*** Opening of Listed records ***

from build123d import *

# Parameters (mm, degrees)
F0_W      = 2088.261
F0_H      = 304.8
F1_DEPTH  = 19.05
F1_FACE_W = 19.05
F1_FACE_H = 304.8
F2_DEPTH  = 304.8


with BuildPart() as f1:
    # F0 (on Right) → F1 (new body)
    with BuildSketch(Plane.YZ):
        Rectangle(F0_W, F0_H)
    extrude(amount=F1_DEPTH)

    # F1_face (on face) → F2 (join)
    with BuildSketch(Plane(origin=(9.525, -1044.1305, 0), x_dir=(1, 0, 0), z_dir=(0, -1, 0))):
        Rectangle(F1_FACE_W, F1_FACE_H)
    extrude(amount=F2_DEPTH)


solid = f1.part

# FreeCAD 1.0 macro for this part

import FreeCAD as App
import Part
import Sketcher
from FreeCAD import Vector
Q = App.Units.Quantity


def add_polygon(sketch, points):
    """Adds a closed chain of lines whose ends are joined by coincident constraints."""
    first, n = sketch.GeometryCount, len(points)
    for a, b in zip(points, points[1:] + points[:1]):
        sketch.addGeometry(Part.LineSegment(App.Vector(*a, 0), App.Vector(*b, 0)), False)
    for i in range(n):
        sketch.addConstraint(Sketcher.Constraint("Coincident", first + i, 2, first + (i + 1) % n, 1))

doc = App.newDocument("Part")
params = doc.addObject("Spreadsheet::Sheet", "Params")
for row, (alias, value) in enumerate([
    ("sketch1_height", "12 in"),
    ("sketch1_width", "82.215 in"),
    ("pad1_length", "0.75 in"),
    ("sketch2_height", "12 in"),
    ("sketch2_width", "0.75 in"),
    ("pad2_length", "12 in"),
], start=1):
    params.set(f"A{row}", alias)
    params.set(f"B{row}", "=" + value)
    params.setAlias(f"B{row}", alias)

body = doc.addObject("PartDesign::Body", "Body")

sketch1 = body.newObject("Sketcher::SketchObject", "Sketch")
sketch1.AttachmentSupport = (doc.getObject("YZ_Plane"), [""])
sketch1.MapMode = "FlatFace"
add_polygon(sketch1, [(-1044, 152), (-1044, -152), (1044, -152), (1044, 152)])
sketch1.addConstraint(Sketcher.Constraint("Vertical", 0))
sketch1.addConstraint(Sketcher.Constraint("Horizontal", 1))
sketch1.addConstraint(Sketcher.Constraint("Vertical", 2))
sketch1.addConstraint(Sketcher.Constraint("Horizontal", 3))
sketch1.addConstraint(Sketcher.Constraint("Symmetric", 0, 2, 2, 2, -1, 1))
sketch1.addConstraint(Sketcher.Constraint("DistanceY", 0, 2, 0, 1, Q("12 in")))
sketch1.addConstraint(Sketcher.Constraint("DistanceX", 1, 1, 1, 2, Q("82.215 in")))
sketch1.setExpression("Constraints[9]", "Params.sketch1_height")
sketch1.setExpression("Constraints[10]", "Params.sketch1_width")
pad1 = body.newObject("PartDesign::Pad", "Pad")
pad1.Profile = sketch1
pad1.setExpression("Length", "Params.pad1_length")

sketch2 = body.newObject("Sketcher::SketchObject", "Sketch001")
sketch2.AttachmentSupport = (doc.getObject("XZ_Plane"), [""])
sketch2.MapMode = "FlatFace"
sketch2.AttachmentOffset = App.Placement(Vector(0, 0, 41.1075 * 25.4), App.Rotation())
add_polygon(sketch2, [(0, 152), (0, -152), (19, -152), (19, 152)])
sketch2.addConstraint(Sketcher.Constraint("Vertical", 0))
sketch2.addConstraint(Sketcher.Constraint("Horizontal", 1))
sketch2.addConstraint(Sketcher.Constraint("Vertical", 2))
sketch2.addConstraint(Sketcher.Constraint("Horizontal", 3))
sketch2.addConstraint(Sketcher.Constraint("Symmetric", 0, 2, 3, 2, -1, 1))
sketch2.addConstraint(Sketcher.Constraint("DistanceY", 0, 2, 0, 1, Q("12 in")))
sketch2.addConstraint(Sketcher.Constraint("DistanceX", 1, 1, 1, 2, Q("0.75 in")))
sketch2.setExpression("Constraints[9]", "Params.sketch2_height")
sketch2.setExpression("Constraints[10]", "Params.sketch2_width")
pad2 = body.newObject("PartDesign::Pad", "Pad001")
pad2.Profile = sketch2
pad2.setExpression("Length", "Params.pad2_length")

doc.recompute()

*** Close of Listed records ***

From the listing above, count every line where the word "with" occurs; the answer is that number and nothing else.

3